- Work task
For this exercise, return exactly the lines of the material below that begin at the one with "e10 v10 v10" and stop after the one with "face PLANE(AX(P(13.97,0,0),D(1,0,0),D(0,0,-1))) [-e12]".

- Provided data
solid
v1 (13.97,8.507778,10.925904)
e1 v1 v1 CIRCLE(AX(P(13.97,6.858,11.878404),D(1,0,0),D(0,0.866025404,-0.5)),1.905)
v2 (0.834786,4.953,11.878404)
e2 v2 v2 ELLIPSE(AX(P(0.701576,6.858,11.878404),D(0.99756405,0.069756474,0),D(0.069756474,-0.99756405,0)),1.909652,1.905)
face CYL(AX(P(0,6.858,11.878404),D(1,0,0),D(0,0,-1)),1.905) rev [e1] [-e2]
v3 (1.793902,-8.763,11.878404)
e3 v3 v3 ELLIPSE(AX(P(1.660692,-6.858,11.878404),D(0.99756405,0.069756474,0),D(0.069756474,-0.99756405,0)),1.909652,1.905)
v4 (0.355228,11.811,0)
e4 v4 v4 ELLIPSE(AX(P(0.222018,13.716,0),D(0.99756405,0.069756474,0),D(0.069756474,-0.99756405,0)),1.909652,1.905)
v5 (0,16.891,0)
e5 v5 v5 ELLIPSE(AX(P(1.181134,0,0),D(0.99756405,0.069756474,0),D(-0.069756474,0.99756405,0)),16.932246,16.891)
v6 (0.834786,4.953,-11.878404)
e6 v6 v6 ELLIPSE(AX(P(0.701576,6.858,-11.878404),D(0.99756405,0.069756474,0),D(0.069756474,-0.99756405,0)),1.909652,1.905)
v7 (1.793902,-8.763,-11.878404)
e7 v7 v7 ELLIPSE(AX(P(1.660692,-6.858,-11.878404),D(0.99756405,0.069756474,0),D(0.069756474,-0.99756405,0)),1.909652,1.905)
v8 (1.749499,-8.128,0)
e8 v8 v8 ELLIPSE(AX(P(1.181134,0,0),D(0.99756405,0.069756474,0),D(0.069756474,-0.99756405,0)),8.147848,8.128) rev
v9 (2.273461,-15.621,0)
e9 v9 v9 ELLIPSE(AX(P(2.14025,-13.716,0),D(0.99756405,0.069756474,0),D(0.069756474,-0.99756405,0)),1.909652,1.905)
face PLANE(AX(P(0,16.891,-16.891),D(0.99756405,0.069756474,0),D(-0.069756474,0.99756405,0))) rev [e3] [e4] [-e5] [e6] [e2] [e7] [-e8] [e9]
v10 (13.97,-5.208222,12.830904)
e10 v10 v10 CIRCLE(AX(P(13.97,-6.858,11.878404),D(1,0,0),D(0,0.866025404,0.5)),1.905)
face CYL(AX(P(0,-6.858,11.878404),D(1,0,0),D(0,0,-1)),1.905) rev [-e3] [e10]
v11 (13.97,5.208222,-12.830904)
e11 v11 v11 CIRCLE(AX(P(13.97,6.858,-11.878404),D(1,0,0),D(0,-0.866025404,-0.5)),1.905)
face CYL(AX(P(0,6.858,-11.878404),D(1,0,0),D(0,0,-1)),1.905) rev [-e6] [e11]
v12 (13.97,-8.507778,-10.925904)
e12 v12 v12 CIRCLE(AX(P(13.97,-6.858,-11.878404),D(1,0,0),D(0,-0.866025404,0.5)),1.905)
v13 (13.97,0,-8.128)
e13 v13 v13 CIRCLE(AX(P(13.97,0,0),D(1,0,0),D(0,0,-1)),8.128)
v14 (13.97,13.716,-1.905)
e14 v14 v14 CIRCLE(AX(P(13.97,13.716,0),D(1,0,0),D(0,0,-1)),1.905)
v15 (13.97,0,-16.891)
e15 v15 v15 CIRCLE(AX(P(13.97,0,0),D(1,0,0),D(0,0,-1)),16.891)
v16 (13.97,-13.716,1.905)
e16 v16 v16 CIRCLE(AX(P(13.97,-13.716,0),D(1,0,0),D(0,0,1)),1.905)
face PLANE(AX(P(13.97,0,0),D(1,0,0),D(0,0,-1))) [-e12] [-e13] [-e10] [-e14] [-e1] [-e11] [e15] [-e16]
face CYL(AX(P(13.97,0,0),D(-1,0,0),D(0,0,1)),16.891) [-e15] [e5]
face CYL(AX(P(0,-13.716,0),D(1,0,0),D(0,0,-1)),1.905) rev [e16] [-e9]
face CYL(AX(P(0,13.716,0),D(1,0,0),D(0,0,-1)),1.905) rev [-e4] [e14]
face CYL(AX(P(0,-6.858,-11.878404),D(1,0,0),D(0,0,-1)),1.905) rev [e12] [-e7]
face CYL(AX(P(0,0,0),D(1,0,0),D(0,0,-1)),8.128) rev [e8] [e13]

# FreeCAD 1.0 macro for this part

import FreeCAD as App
import Part
import Sketcher
from FreeCAD import Vector
Q = App.Units.Quantity

doc = App.newDocument("Part")
body = doc.addObject("PartDesign::Body", "Body")

sketch1 = body.newObject("Sketcher::SketchObject", "Sketch")
sketch1.AttachmentSupport = (doc.getObject("YZ_Plane"), [""])
sketch1.MapMode = "FlatFace"
sketch1.addGeometry(Part.Circle(Vector(0, 0, 0), Vector(0, 0, 1), 17), False)
sketch1.addConstraint(Sketcher.Constraint("Coincident", 0, 3, -1, 1))
sketch1.addConstraint(Sketcher.Constraint("Diameter", 0, Q("1.33 in")))
pad1 = body.newObject("PartDesign::Pad", "Pad")
pad1.Profile = sketch1
pad1.Length = Q("0.55 in")

sketch2 = body.newObject("Sketcher::SketchObject", "Sketch001")
sketch2.AttachmentSupport = (doc.getObject("YZ_Plane"), [""])
sketch2.MapMode = "FlatFace"
sketch2.AttachmentOffset = App.Placement(Vector(0, 0, 0.55 * 25.4), App.Rotation())
sketch2.addGeometry(Part.Circle(Vector(0, 0, 0), Vector(0, 0, 1), 8), False)
sketch2.addConstraint(Sketcher.Constraint("Coincident", 0, 3, -1, 1))
sketch2.addConstraint(Sketcher.Constraint("Diameter", 0, Q("0.64 in")))
pocket1 = body.newObject("PartDesign::Pocket", "Pocket")
pocket1.Profile = sketch2
pocket1.Type = "ThroughAll"

sketch3 = body.newObject("Sketcher::SketchObject", "Sketch002")
sketch3.AttachmentSupport = (doc.getObject("XY_Plane"), [""])
sketch3.MapMode = "FlatFace"
sketch3.addGeometry(Part.LineSegment(Vector(2.4, -16.9, 0), Vector(0, 16.9, 0)), False)
sketch3.addGeometry(Part.LineSegment(Vector(0, 16.9, 0), Vector(0, -16.9, 0)), False)
sketch3.addGeometry(Part.LineSegment(Vector(0, -16.9, 0), Vector(2.4, -16.9, 0)), False)
sketch3.addConstraint(Sketcher.Constraint("Coincident", 0, 2, 1, 1))
sketch3.addConstraint(Sketcher.Constraint("Coincident", 1, 2, 2, 1))
sketch3.addConstraint(Sketcher.Constraint("Coincident", 2, 2, 0, 1))
sketch3.addConstraint(Sketcher.Constraint("Vertical", 1))
sketch3.addConstraint(Sketcher.Constraint("Horizontal", 2))
sketch3.addConstraint(Sketcher.Constraint("Symmetric", 0, 2, 1, 2, -1, 1))
sketch3.addConstraint(Sketcher.Constraint("Angle", 0, Q("94 deg")))
sketch3.addConstraint(Sketcher.Constraint("DistanceY", 1, 2, 1, 1, Q("1.33 in")))
pocket2 = body.newObject("PartDesign::Pocket", "Pocket001")
pocket2.Profile = sketch3
pocket2.Type = "ThroughAll"
pocket2.Midplane = True

sketch4 = body.newObject("Sketcher::SketchObject", "Sketch003")
sketch4.AttachmentSupport = (doc.getObject("YZ_Plane"), [""])
sketch4.MapMode = "FlatFace"
sketch4.AttachmentOffset = App.Placement(Vector(0, 0, 0.55 * 25.4), App.Rotation())
sketch4.addGeometry(Part.Circle(Vector(13.7, 0, 0), Vector(0, 0, 1), 1.9), False)
sketch4.addConstraint(Sketcher.Constraint("PointOnObject", 0, 3, -1))
sketch4.addConstraint(Sketcher.Constraint("Diameter", 0, Q("0.15 in")))
sketch4.addConstraint(Sketcher.Constraint("DistanceX", -1, 1, 0, 3, Q("0.54 in")))
pocket3 = body.newObject("PartDesign::Pocket", "Pocket002")
pocket3.Profile = sketch4
pocket3.Type = "ThroughAll"
doc.recompute()

polarpattern = body.newObject("PartDesign::PolarPattern", "PolarPattern")
polarpattern.Originals = [pocket3]
polarpattern.Axis = (doc.getObject("X_Axis"), [""])
polarpattern.Angle = 360
polarpattern.Occurrences = 6
body.Tip = polarpattern

doc.recompute()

- Result
e10 v10 v10 CIRCLE(AX(P(13.97,-6.858,11.878404),D(1,0,0),D(0,0.866025404,0.5)),1.905)
face CYL(AX(P(0,-6.858,11.878404),D(1,0,0),D(0,0,-1)),1.905) rev [-e3] [e10]
v11 (13.97,5.208222,-12.830904)
e11 v11 v11 CIRCLE(AX(P(13.97,6.858,-11.878404),D(1,0,0),D(0,-0.866025404,-0.5)),1.905)
face CYL(AX(P(0,6.858,-11.878404),D(1,0,0),D(0,0,-1)),1.905) rev [-e6] [e11]
v12 (13.97,-8.507778,-10.925904)
e12 v12 v12 CIRCLE(AX(P(13.97,-6.858,-11.878404),D(1,0,0),D(0,-0.866025404,0.5)),1.905)
v13 (13.97,0,-8.128)
e13 v13 v13 CIRCLE(AX(P(13.97,0,0),D(1,0,0),D(0,0,-1)),8.128)
v14 (13.97,13.716,-1.905)
e14 v14 v14 CIRCLE(AX(P(13.97,13.716,0),D(1,0,0),D(0,0,-1)),1.905)
v15 (13.97,0,-16.891)
e15 v15 v15 CIRCLE(AX(P(13.97,0,0),D(1,0,0),D(0,0,-1)),16.891)
v16 (13.97,-13.716,1.905)
e16 v16 v16 CIRCLE(AX(P(13.97,-13.716,0),D(1,0,0),D(0,0,1)),1.905)
face PLANE(AX(P(13.97,0,0),D(1,0,0),D(0,0,-1))) [-e12] [-e13] [-e10] [-e14] [-e1] [-e11] [e15] [-e16]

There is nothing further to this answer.